# valeters



## chaperz (Apr 9, 2014)

can anybody recommend a decent valeter in the northwest area(preston) my 225 needs everything doing top to bottom!?

cheers AJ


----------



## sweeney23 (Feb 20, 2014)

do it yourself


----------



## J•RED (Feb 10, 2013)

sweeney23 said:


> do it yourself


Helpfull..... :roll:


----------



## TomBorehamUK (Feb 2, 2014)

sweeney23 said:


> do it yourself


Not everyone is comfortable taking a machine polisher to their car :roll:

To the OP, I don't live round your area but I typed in Preston car detailing (detailing instead of valeting) and quite a few results came up though


----------



## sweeney23 (Feb 20, 2014)

a valeter doesn't use machine polishers detailers do theres a massive difference thats why said do it him self


----------



## sweeney23 (Feb 20, 2014)

buy halfords 3 for 2 
shampoo your choice 
alloy cleaner
hand polish ( meguiars )
clay bar kit ( meguiars )
a wax nxt liquid wax meguairs or others 
some cloths ( microfibres ) 
bucket

a little investment which will keep you going 
step one rinse car down to loose any dirt if have a pressure washer be best option and if have a snow lance another option again aren't required but do help
step 2 wash alloys 
step 3 wash car 
step 4 clay car( optional step as a valter wouldn't do that tbh ) makes paint nice and smooth tho and removes dirt a normal wash doesn't 
step 5 rinse car down again then dry 
step 6 polish car
step 7 wax car there basically what a valt would be then hoover the interior 
details is a completely different ball game which do involve 


some choices i have others are in there box


----------



## Cloud (Sep 4, 2012)

Even us females do it ourselves (clean the car that is!), I even have a machine polisher. Claying has done wonders to my car and is so easy to do so I'd definitely recommend having a go.

This is my car not long after I bought it:









And this is it now:









All done with my own elbow grease (and a bit of help from Autoglym) 8)
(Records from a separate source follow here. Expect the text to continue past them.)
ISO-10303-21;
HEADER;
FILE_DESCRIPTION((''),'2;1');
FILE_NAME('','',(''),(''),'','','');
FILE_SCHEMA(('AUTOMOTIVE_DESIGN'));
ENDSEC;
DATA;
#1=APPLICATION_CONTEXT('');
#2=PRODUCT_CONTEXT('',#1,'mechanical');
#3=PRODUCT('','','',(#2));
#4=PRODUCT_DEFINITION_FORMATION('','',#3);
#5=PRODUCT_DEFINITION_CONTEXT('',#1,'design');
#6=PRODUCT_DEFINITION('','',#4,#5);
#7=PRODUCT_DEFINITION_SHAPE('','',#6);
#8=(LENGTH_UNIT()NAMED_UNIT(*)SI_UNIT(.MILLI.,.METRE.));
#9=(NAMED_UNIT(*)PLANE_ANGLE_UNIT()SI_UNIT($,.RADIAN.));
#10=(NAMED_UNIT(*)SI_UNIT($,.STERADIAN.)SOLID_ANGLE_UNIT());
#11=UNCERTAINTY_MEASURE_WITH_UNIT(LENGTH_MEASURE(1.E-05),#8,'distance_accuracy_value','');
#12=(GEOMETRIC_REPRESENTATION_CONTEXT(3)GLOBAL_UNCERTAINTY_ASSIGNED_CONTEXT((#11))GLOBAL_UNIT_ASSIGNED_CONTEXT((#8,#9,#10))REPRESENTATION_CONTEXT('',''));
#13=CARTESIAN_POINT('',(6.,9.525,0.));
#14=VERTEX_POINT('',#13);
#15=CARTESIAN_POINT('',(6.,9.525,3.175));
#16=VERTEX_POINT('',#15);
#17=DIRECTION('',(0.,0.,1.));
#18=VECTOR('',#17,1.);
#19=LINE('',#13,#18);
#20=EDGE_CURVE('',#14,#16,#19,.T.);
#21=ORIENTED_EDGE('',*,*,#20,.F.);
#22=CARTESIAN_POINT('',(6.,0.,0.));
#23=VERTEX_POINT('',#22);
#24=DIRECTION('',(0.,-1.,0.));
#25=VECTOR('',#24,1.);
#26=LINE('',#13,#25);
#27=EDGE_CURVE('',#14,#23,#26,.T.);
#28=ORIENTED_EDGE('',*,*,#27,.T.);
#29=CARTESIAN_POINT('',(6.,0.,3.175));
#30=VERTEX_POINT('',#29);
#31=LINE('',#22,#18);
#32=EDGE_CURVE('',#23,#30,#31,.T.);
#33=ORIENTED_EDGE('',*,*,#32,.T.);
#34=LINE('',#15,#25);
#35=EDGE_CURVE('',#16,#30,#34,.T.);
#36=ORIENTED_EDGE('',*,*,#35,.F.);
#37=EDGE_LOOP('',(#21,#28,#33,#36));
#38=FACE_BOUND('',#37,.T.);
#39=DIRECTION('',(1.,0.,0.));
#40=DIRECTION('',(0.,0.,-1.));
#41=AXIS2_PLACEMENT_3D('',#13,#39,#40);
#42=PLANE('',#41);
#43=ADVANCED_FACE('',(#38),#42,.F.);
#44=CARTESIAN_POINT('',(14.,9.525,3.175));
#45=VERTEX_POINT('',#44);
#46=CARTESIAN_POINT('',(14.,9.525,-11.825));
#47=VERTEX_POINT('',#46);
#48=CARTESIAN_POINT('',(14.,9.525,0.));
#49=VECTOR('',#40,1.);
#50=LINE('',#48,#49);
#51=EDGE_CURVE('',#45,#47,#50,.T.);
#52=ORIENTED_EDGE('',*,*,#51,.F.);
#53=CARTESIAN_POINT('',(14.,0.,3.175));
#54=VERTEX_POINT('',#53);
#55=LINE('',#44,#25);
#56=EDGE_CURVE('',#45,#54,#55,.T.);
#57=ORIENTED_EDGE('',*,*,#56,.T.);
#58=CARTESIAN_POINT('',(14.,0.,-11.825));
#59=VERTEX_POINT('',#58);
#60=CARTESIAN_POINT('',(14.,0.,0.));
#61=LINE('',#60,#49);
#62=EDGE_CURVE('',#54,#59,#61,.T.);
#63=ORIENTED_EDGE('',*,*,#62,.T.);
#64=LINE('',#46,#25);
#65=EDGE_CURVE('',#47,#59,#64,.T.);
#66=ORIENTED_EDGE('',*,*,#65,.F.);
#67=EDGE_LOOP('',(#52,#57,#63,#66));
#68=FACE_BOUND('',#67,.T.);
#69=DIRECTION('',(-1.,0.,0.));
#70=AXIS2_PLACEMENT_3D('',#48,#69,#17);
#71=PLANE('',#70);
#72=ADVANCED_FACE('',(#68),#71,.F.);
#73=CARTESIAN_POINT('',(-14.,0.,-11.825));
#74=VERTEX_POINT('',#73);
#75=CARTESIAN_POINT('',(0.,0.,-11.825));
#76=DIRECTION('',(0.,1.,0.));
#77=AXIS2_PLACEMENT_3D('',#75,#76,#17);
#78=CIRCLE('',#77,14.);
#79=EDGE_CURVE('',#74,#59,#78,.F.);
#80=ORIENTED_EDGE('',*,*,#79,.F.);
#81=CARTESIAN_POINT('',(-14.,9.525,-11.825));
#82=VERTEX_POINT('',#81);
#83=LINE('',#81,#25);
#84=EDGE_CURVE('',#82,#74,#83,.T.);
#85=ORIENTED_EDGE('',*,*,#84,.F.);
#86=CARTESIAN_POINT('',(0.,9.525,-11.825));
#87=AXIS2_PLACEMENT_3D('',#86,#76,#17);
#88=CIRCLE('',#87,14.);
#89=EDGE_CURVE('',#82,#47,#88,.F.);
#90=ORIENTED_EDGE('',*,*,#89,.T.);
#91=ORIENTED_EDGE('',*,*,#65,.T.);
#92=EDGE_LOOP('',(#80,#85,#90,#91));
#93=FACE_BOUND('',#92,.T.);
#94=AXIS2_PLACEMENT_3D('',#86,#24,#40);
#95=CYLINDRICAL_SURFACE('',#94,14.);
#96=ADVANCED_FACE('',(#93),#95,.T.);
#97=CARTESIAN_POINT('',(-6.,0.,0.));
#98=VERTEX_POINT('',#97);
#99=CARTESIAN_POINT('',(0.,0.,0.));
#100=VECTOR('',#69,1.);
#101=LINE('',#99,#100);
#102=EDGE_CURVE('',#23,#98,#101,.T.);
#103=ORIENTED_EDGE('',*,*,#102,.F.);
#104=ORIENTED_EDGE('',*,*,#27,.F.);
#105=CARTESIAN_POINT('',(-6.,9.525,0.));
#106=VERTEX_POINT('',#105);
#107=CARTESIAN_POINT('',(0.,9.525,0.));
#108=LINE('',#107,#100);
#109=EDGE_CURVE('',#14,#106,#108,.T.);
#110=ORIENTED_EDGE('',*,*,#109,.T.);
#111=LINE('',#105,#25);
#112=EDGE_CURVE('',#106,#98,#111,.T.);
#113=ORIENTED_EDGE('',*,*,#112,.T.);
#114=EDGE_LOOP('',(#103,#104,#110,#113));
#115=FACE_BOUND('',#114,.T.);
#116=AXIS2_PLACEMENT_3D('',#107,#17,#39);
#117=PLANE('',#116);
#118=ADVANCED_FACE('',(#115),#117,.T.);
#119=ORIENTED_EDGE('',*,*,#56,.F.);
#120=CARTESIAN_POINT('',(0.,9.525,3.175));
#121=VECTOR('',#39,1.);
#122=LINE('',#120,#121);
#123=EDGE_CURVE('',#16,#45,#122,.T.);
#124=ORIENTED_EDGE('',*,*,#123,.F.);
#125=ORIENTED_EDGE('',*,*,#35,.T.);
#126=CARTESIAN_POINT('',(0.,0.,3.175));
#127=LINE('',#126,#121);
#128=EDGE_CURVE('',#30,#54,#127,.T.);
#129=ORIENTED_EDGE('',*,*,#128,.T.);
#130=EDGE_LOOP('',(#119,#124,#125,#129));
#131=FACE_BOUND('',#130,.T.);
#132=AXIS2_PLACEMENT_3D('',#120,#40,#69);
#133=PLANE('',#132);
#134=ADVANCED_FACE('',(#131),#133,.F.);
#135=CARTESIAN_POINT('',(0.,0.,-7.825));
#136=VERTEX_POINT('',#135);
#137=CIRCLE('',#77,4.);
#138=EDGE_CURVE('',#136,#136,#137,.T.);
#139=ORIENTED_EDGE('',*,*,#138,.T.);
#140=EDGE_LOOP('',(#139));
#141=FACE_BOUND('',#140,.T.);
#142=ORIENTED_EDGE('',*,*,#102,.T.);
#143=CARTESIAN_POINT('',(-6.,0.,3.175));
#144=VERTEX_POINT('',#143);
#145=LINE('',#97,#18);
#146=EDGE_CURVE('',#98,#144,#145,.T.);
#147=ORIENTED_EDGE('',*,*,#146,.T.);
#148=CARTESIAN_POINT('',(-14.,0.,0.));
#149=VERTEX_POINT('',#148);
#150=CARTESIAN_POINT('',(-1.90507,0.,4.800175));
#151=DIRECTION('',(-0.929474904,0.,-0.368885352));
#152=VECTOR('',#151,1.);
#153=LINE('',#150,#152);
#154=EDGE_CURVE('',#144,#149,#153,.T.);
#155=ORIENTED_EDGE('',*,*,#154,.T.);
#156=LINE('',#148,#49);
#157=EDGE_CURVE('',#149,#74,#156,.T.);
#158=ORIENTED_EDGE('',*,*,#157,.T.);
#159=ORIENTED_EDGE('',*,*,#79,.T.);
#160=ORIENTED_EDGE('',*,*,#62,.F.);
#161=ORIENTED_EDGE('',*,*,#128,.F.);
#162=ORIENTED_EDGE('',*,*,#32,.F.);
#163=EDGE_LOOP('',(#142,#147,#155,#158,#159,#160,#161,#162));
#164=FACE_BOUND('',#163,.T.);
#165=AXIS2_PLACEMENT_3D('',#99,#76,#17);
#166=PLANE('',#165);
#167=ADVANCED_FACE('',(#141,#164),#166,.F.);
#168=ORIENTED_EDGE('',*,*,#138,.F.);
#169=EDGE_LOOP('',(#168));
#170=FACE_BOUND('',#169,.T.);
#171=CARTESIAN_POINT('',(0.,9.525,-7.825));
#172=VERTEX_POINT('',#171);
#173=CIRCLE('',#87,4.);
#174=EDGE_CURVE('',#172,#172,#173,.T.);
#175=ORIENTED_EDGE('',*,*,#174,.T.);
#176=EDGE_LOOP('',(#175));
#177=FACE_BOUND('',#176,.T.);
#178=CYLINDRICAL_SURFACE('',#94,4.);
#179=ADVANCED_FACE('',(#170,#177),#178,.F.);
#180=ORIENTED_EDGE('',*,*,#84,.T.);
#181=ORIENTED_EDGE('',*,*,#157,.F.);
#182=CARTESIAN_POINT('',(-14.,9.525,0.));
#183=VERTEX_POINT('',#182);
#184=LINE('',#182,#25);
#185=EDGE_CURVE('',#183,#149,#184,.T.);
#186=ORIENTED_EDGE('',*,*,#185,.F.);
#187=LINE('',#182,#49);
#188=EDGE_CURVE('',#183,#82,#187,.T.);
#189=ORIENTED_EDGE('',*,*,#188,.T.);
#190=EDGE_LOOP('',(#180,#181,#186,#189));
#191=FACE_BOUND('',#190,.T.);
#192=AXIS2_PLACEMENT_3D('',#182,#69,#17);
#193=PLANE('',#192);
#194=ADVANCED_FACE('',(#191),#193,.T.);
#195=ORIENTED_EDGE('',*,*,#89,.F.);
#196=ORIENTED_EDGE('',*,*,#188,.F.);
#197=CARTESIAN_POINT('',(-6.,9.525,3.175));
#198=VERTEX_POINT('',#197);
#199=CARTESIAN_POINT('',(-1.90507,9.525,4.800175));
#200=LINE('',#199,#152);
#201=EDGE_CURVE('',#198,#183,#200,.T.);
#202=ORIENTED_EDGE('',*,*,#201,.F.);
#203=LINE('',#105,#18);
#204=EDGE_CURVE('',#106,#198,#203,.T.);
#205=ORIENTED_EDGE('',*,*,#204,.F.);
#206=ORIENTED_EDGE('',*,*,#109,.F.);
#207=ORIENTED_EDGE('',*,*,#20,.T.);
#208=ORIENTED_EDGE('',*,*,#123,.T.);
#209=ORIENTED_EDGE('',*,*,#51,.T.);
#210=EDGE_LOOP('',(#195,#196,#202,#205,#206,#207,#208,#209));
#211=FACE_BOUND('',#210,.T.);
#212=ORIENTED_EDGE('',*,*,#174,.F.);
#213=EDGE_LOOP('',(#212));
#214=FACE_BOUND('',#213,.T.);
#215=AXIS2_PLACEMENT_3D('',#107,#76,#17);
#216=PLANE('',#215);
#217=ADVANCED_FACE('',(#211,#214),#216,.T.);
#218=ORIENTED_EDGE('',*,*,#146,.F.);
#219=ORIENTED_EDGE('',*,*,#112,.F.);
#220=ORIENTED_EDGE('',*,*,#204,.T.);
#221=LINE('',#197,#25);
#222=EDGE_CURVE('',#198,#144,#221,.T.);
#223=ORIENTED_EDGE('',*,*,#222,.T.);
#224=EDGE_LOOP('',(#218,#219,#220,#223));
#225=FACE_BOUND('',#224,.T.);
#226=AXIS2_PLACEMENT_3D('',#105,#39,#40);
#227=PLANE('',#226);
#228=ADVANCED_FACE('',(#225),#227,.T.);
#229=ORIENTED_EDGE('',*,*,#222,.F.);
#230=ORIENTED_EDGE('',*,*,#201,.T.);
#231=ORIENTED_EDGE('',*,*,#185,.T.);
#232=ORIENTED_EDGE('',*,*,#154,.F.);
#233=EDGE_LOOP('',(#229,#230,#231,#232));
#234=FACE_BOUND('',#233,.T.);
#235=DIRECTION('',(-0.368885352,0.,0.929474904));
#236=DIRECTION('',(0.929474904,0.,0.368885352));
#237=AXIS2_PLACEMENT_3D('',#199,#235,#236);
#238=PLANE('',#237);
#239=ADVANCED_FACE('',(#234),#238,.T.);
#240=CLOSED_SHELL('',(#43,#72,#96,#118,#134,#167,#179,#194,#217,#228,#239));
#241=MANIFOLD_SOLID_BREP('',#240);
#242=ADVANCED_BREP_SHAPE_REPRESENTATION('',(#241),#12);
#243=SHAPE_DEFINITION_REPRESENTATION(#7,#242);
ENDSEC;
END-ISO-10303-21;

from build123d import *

# Parameters (mm, degrees)
SKETCH1_R           = 4
BOSS_EXTRUDE1_DEPTH = 9.525


with BuildPart() as part:
    # Sketch1 → Boss-Extrude1 (new body)
    with BuildSketch(Plane(origin=(0, 0, 0), x_dir=(1, 0, 0), z_dir=(0, 1, 0))):
        with BuildLine():
            Line((-6, 0), (0, 0))
            Line((0, 0), (6, 0))
            Line((6, 0), (6, -3.175))
            Line((6, -3.175), (14, -3.175))
            Line((14, -3.175), (14, 11.825))
            ThreePointArc((14, 11.825), (0, 25.825), (-14, 11.825))
            Line((-14, 11.825), (-14, 0))
            Line((-14, 0), (-6, -3.175))
            Line((-6, -3.175), (-6, 0))
        make_face()
        with Locations((0, 11.825)):
            Circle(SKETCH1_R, mode=Mode.SUBTRACT)
    extrude(amount=BOSS_EXTRUDE1_DEPTH)


solid = part.part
I'm not far from Preston, perhaps I could start charging - now there's a thought!


----------



## darylbenfield (Jun 29, 2011)

Shame your not closer! There's some decent detailers up North!


----------



## TomBorehamUK (Feb 2, 2014)

sweeney23 said:


> a valeter doesn't use machine polishers detailers do theres a massive difference thats why said do it him self


The 'Valeters' and Detailers are only different by what they choose to call themselves these days, valeting is more of an old term now and some that have done it for years still offer paint correction of some sort on their packages.

The reason why Detailing is the new Buzz word is that everyone and their uncle in car parks is now a 'Valeter' so it kind of takes away the credibility of 'Valeting' ....You're right though when you think of valeting vs Detailing you'd say detailing was much more involved/skilled.

I Suggested searching for detailers as the OP said he needed "everything doing top to bottom"


----------



## sweeney23 (Feb 20, 2014)

TomBorehamUK said:


> sweeney23 said:
> 
> 
> > a valeter doesn't use machine polishers detailers do theres a massive difference thats why said do it him self
> ...


again someones perception of top to bottom could be just a good wash or a decon and wax so its down to the op as he's not really made much of what he actually wants , my top to bottom will be different from someone else as id be steam cleaning engine bay to taken alloys off and doing the arches to machining thats my top to bottom


----------



## TomBorehamUK (Feb 2, 2014)

sweeney23 said:


> TomBorehamUK said:
> 
> 
> > sweeney23 said:
> ...


Hence why Valeters/detailers offer a variety of services


----------



## chaperz (Apr 9, 2014)

lol thanks for all the feedback ladies and gents! when I say top to bottom - I mean somebody getting into every inch with an ear bud, and the leather bringing back to life, the cloth bits door cards cleaned till everything looks brand new lol


----------



## chaperz (Apr 9, 2014)

Cloud said:


> Even us females do it ourselves (clean the car that is!), I even have a machine polisher. Claying has done wonders to my car and is so easy to do so I'd definitely recommend having a go.
> 
> This is my car not long after I bought it:
> 
> ...


nice work !!


----------



## chaperz (Apr 9, 2014)

sweeney23 said:


> buy halfords 3 for 2
> shampoo your choice
> alloy cleaner
> hand polish ( meguiars )
> ...


cheers!


----------